EQUIPA DA ADF
A rápida evolução do ambiente online em África está a ultrapassar os esforços de segurança cibernética do continente, criando o potencial para um evento que os especialistas designam por “cibergedom.” O pior cenário possível incluiria um ataque às redes informáticas que poderia afectar os sistemas de energia e de água, as redes financeiras e, em última análise, a segurança nacional de um país.
A boa notícia é que, actualmente, o risco de um ataque deste tipo nos países africanos é relativamente baixo. A má notícia é que a ameaça aumenta com cada novo terminal de computador e ligação de telemóvel.
De acordo com Noelle van der Waag-Cowling, responsável pela estratégia e inovação do Instituto de Segurança Cibernética da África do Sul, um plano de defesa contra o cibergedom deve fazer parte da estratégia cibernética de cada país.
Até agora, a guerra cibernética resume-se a 90% de espionagem e 10% de ataques directos destinados a causar danos, segundo van der Waag-Cowling. No entanto, à medida que mais e mais infra-estruturas cruciais se ligam à internet, aumenta a probabilidade de o rácio se alterar.
“A principal utilidade da guerra cibernética é perturbar e degradar as competências do adversário, ganhando tempo e espaço, o que é fundamental num campo de batalha,” van der Waag-Cowling disse aos participantes na Conferência Africa Aerospace and Defence (AAD) 2024, na África do Sul. “A maior ameaça cibernética é aquela que faz cair as infra-estruturas críticas, atacando pontos de risco únicos que causam falhas de energia, água ou transportes.”
A rápida expansão da internet em África significa que a comunidade online do continente mais do que triplicou numa década, passando de 181 milhões em 2014 para 646 milhões em 2024. É provável que este número duplique para mais de 1,1 bilhões nos próximos cinco anos, de acordo com a Statista.
Este crescimento ultrapassou largamente a capacidade dos especialistas em segurança cibernética para o acompanhar. Actualmente, o continente conta com cerca de 20.000 profissionais formados em segurança cibernética, muito aquém dos 100.000 de que necessita com base na sua população.
África no seu conjunto gastou 2,3 bilhões de dólares em segurança cibernética em 2024, um valor que deverá duplicar para 4,6 bilhões de dólares este ano.
De acordo com van der Waag-Cowling, os países devem analisar atentamente a sua ciberdependência e o grau em que estão preparados para recuperar de um ataque catastrófico contra infra-estruturas públicas fundamentais.
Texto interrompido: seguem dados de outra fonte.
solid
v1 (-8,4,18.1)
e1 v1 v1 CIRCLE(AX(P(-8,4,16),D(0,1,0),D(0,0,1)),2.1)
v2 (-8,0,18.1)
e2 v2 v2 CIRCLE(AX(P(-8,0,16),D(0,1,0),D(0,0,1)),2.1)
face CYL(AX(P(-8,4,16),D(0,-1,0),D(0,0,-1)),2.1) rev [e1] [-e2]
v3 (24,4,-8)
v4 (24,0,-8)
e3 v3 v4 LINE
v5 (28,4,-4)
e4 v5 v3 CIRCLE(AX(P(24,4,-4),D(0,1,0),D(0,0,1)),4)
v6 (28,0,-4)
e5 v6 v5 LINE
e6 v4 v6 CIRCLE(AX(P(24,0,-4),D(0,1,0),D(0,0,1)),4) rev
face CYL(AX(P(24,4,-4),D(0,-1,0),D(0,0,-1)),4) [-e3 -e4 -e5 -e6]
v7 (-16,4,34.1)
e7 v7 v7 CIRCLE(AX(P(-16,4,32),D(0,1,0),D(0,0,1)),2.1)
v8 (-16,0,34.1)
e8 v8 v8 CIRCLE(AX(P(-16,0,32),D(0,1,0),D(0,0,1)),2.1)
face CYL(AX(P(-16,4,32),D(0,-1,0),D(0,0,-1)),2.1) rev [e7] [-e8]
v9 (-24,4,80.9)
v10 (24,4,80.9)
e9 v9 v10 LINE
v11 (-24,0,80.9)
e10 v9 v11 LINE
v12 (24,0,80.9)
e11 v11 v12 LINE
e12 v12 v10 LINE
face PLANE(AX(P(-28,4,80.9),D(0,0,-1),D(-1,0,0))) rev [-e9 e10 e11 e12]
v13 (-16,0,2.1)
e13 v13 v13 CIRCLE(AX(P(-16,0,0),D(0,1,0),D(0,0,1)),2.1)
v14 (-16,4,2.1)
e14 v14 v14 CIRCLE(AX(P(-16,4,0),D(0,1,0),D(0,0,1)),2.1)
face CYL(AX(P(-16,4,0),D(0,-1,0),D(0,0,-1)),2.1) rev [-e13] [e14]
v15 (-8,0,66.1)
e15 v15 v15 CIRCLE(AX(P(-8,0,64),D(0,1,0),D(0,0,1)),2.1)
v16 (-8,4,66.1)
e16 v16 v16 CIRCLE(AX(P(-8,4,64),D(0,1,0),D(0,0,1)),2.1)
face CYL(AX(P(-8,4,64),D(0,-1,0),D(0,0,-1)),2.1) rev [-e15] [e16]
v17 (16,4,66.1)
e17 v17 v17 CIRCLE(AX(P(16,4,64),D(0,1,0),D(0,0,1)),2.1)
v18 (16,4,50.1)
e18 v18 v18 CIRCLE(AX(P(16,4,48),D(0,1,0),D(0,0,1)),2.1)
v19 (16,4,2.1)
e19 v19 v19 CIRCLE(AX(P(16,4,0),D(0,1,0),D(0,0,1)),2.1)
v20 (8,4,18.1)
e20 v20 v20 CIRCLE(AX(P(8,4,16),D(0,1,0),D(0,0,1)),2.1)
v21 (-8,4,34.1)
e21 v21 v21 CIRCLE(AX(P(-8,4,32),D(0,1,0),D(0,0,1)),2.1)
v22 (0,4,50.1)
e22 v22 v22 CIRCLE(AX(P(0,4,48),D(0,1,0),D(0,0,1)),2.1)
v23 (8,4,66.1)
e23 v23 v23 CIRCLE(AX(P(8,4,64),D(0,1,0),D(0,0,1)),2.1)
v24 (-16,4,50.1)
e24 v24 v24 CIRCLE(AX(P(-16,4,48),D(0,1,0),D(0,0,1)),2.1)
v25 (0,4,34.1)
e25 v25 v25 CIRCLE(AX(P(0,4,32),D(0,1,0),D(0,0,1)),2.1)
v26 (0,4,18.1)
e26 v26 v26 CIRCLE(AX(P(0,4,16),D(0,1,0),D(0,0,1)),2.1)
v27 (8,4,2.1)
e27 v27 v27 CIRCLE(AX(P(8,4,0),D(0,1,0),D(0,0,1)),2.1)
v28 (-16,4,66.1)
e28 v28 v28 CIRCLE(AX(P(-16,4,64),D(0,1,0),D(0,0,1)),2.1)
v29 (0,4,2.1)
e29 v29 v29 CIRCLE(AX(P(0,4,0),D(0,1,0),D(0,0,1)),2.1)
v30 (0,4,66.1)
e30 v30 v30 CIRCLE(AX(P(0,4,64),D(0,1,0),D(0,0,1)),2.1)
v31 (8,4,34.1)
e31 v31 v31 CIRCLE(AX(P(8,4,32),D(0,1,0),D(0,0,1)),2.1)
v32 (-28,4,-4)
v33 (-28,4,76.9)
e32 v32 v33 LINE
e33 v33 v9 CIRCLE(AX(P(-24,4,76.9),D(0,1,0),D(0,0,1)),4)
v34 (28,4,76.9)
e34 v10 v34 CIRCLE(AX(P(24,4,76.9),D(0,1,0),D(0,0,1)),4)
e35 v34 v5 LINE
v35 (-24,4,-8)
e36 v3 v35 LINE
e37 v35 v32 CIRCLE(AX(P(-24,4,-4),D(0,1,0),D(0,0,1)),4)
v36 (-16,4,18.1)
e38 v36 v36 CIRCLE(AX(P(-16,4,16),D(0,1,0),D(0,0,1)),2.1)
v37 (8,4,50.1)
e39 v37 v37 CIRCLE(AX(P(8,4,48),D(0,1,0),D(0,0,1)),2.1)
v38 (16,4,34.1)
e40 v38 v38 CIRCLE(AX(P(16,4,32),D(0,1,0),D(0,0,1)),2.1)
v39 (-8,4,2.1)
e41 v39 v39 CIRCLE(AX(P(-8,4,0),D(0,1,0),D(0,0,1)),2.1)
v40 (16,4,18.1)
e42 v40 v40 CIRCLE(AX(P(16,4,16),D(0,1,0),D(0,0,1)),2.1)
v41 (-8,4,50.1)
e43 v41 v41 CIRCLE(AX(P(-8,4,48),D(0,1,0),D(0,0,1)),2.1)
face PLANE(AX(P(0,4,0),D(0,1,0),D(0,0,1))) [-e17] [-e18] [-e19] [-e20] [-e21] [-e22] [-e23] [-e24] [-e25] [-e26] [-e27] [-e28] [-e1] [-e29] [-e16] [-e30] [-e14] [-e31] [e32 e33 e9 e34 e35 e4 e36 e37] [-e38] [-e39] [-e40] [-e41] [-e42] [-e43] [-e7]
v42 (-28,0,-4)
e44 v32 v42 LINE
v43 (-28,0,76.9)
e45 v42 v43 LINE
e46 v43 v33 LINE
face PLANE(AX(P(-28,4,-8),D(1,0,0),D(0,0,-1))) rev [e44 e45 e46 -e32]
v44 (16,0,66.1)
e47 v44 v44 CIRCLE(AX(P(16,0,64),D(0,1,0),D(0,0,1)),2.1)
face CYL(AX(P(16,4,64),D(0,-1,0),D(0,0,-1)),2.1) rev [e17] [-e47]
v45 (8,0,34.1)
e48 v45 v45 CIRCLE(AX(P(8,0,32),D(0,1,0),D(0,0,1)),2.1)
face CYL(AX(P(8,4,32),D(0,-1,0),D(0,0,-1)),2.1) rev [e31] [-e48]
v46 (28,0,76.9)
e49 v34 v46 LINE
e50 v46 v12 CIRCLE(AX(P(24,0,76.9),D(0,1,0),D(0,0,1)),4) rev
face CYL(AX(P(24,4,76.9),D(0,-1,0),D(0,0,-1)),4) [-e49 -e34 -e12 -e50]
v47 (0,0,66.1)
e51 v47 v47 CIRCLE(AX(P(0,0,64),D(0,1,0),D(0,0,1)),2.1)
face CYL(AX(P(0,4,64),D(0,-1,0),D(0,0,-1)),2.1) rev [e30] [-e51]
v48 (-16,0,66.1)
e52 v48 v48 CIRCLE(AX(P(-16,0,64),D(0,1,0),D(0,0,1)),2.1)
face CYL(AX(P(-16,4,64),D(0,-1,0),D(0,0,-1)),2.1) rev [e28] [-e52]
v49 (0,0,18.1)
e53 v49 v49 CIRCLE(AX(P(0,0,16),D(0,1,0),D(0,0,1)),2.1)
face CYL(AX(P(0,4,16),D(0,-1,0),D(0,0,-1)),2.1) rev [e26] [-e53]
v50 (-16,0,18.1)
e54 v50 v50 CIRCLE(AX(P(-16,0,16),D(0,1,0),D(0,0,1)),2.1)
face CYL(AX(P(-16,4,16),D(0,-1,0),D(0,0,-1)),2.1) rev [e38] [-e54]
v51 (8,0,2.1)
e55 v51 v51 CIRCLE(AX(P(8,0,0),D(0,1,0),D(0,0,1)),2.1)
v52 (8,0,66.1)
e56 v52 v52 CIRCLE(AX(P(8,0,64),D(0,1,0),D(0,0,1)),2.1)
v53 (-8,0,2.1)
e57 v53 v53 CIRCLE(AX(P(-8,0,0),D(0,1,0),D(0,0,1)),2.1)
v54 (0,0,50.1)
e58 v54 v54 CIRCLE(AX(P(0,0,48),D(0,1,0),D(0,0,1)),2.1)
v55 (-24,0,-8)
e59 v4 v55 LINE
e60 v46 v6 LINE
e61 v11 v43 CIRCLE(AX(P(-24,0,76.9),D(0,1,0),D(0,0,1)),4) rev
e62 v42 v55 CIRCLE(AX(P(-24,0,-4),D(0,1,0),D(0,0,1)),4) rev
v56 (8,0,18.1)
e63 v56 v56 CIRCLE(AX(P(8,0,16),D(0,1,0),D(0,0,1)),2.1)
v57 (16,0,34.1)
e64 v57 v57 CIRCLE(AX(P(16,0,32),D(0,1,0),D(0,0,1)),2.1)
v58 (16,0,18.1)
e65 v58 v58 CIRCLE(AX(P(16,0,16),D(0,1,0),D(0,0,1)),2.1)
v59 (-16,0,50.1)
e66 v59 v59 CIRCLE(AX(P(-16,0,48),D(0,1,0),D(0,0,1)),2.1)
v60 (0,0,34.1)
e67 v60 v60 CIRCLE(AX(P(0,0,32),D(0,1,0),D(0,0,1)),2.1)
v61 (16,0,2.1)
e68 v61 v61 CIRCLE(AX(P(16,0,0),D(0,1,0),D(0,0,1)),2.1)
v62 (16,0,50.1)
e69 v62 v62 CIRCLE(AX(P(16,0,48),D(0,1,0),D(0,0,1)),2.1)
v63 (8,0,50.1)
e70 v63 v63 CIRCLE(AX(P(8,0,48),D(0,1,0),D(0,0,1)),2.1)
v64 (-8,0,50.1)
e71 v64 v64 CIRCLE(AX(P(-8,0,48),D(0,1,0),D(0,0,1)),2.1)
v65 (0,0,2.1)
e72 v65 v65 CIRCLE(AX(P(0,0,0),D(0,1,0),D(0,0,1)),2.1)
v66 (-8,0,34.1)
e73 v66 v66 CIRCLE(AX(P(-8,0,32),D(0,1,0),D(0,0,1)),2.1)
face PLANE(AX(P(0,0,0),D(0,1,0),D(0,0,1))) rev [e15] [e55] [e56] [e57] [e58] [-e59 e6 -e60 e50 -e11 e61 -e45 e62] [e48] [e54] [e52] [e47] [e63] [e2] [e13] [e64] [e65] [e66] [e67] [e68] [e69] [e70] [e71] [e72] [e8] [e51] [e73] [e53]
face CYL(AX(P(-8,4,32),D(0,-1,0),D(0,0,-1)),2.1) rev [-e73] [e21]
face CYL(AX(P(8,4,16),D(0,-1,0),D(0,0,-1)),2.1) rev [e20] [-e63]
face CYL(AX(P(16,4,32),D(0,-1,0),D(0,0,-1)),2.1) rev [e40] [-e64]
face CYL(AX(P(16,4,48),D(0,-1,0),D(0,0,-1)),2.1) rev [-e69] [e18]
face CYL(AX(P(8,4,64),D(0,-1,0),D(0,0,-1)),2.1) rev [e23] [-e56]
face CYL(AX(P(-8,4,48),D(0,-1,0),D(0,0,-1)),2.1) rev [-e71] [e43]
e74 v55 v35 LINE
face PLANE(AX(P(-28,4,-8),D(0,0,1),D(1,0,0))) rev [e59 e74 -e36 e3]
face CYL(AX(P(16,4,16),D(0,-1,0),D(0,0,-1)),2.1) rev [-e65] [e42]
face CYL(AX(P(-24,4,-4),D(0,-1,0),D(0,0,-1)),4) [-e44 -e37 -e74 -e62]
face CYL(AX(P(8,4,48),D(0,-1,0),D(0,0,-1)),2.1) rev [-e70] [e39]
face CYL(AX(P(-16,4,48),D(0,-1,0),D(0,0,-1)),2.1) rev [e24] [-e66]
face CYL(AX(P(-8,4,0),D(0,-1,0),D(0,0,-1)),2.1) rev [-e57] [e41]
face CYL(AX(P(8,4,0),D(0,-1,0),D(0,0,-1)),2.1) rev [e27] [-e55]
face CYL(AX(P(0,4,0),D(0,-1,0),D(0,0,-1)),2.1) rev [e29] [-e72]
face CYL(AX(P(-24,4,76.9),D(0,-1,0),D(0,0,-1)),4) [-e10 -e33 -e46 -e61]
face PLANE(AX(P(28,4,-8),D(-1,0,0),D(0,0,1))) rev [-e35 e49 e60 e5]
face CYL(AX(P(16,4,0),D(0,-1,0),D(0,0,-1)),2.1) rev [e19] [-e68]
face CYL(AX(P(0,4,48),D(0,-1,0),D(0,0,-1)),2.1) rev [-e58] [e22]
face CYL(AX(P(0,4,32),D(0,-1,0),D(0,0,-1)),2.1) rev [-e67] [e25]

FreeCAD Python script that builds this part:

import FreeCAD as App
import Part
import Sketcher
Q = App.Units.Quantity


def edges_at(feature, points):
    """Names of the edges that pass closest to the given points."""
    edges = feature.Shape.Edges
    near = lambda p: min(range(len(edges)), key=lambda i: edges[i].distToShape(Part.Vertex(*p))[0])
    return sorted({f"Edge{near(p) + 1}" for p in points})

doc = App.newDocument("Part")
body = doc.addObject("PartDesign::Body", "Body")

sketch1 = body.newObject("Sketcher::SketchObject", "Sketch")
sketch1.AttachmentSupport = (doc.getObject("XZ_Plane"), [""])
sketch1.MapMode = "FlatFace"
sketch1.addGeometry(Part.LineSegment(App.Vector(-28, -8, 0), App.Vector(-28, 80.9, 0)), False)
sketch1.addGeometry(Part.LineSegment(App.Vector(-28, 80.9, 0), App.Vector(28, 80.9, 0)), False)
sketch1.addGeometry(Part.LineSegment(App.Vector(28, 80.9, 0), App.Vector(28, -8, 0)), False)
sketch1.addGeometry(Part.LineSegment(App.Vector(28, -8, 0), App.Vector(-28, -8, 0)), False)
sketch1.addGeometry(Part.Circle(App.Vector(-16, 64, 0), App.Vector(0, 0, 1), 2.1), False)
sketch1.addGeometry(Part.Circle(App.Vector(-8, 64, 0), App.Vector(0, 0, 1), 2.1), False)
sketch1.addGeometry(Part.Circle(App.Vector(-16, 48, 0), App.Vector(0, 0, 1), 2.1), False)
sketch1.addGeometry(Part.Circle(App.Vector(-8, 48, 0), App.Vector(0, 0, 1), 2.1), False)
sketch1.addGeometry(Part.Circle(App.Vector(0, 64, 0), App.Vector(0, 0, 1), 2.1), False)
sketch1.addGeometry(Part.Circle(App.Vector(8, 64, 0), App.Vector(0, 0, 1), 2.1), False)
sketch1.addGeometry(Part.Circle(App.Vector(16, 64, 0), App.Vector(0, 0, 1), 2.1), False)
sketch1.addGeometry(Part.Circle(App.Vector(0, 48, 0), App.Vector(0, 0, 1), 2.1), False)
sketch1.addGeometry(Part.Circle(App.Vector(8, 48, 0), App.Vector(0, 0, 1), 2.1), False)
sketch1.addGeometry(Part.Circle(App.Vector(16, 48, 0), App.Vector(0, 0, 1), 2.1), False)
sketch1.addGeometry(Part.Circle(App.Vector(-16, 32, 0), App.Vector(0, 0, 1), 2.1), False)
sketch1.addGeometry(Part.Circle(App.Vector(-16, 16, 0), App.Vector(0, 0, 1), 2.1), False)
sketch1.addGeometry(Part.Circle(App.Vector(-8, 32, 0), App.Vector(0, 0, 1), 2.1), False)
sketch1.addGeometry(Part.Circle(App.Vector(-8, 16, 0), App.Vector(0, 0, 1), 2.1), False)
sketch1.addGeometry(Part.Circle(App.Vector(-16, 0, 0), App.Vector(0, 0, 1), 2.1), False)
sketch1.addGeometry(Part.Circle(App.Vector(-8, 0, 0), App.Vector(0, 0, 1), 2.1), False)
sketch1.addGeometry(Part.Circle(App.Vector(0, 32, 0), App.Vector(0, 0, 1), 2.1), False)
sketch1.addGeometry(Part.Circle(App.Vector(8, 32, 0), App.Vector(0, 0, 1), 2.1), False)
sketch1.addGeometry(Part.Circle(App.Vector(0, 16, 0), App.Vector(0, 0, 1), 2.1), False)
sketch1.addGeometry(Part.Circle(App.Vector(8, 16, 0), App.Vector(0, 0, 1), 2.1), False)
sketch1.addGeometry(Part.Circle(App.Vector(16, 32, 0), App.Vector(0, 0, 1), 2.1), False)
sketch1.addGeometry(Part.Circle(App.Vector(16, 16, 0), App.Vector(0, 0, 1), 2.1), False)
sketch1.addGeometry(Part.Circle(App.Vector(0, 0, 0), App.Vector(0, 0, 1), 2.1), False)
sketch1.addGeometry(Part.Circle(App.Vector(8, 0, 0), App.Vector(0, 0, 1), 2.1), False)
sketch1.addGeometry(Part.Circle(App.Vector(16, 0, 0), App.Vector(0, 0, 1), 2.1), False)
sketch1.addConstraint(Sketcher.Constraint("Coincident", 0, 2, 1, 1))
sketch1.addConstraint(Sketcher.Constraint("Coincident", 1, 2, 2, 1))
A primeira coisa a compreender é “o que estamos a construir e como está ligado?,” van der Waag-Cowling disse num webinar organizado pelo Centro de Estudos Estratégicos de África.
Muitos dos principais projectos de infra-estruturas de África são desenvolvidos sem ligações à internet. Mas esta situação está a mudar rapidamente, acrescentou.
Nos últimos anos, os países africanos com maior utilização da internet registaram centenas de milhões de ataques. Só em 2024, esses ataques conseguiram fechar bancos no Uganda, serviços de saúde na África do Sul e agências governamentais no Quénia e na Nigéria.
À medida que os ataques cibernéticos se tornam uma arma nas lutas geopolíticas, as nações devem estar preparadas para se defenderem no espaço cibernético e no campo de batalha, van der Waag-Cowling disse na conferência da AAD.
Os especialistas em segurança cibernética afirmam que uma boa defesa cibernética exige cooperação internacional, mas que esta pode entrar em colapso quando surgem conflitos transfronteiriços. Exige também estruturas jurídicas nacionais e sistemas de segurança que possam responder rapidamente aos ataques.
No Quénia, por exemplo, a equipa nacional de resposta a incidentes informáticos (CIRT) emitiu 9,6 milhões de avisos de segurança cibernética entre Julho e Setembro de 2024. Durante esse mesmo período, o número de ataques cibernéticos contra alvos quenianos diminuiu 42%, de 1,13 bilhões para 657,8 milhões, em comparação com os três meses anteriores, de acordo com a Autoridade das Comunicações do Quénia.
Para evitar um potencial evento de cibergedom, é crucial que os países africanos prestem muita atenção à segurança do seu sistema nacional de internet e dos utilizadores a ele ligados, van der Waag-Cowling disse na conferência da AAD.
“Temos de entrar no jogo cibernético, mas precisamos de uma estratégia de guerra cibernética ligada à estratégia de segurança nacional,” afirmou. “Uma estratégia cibernética não se pode sustentar por si só.”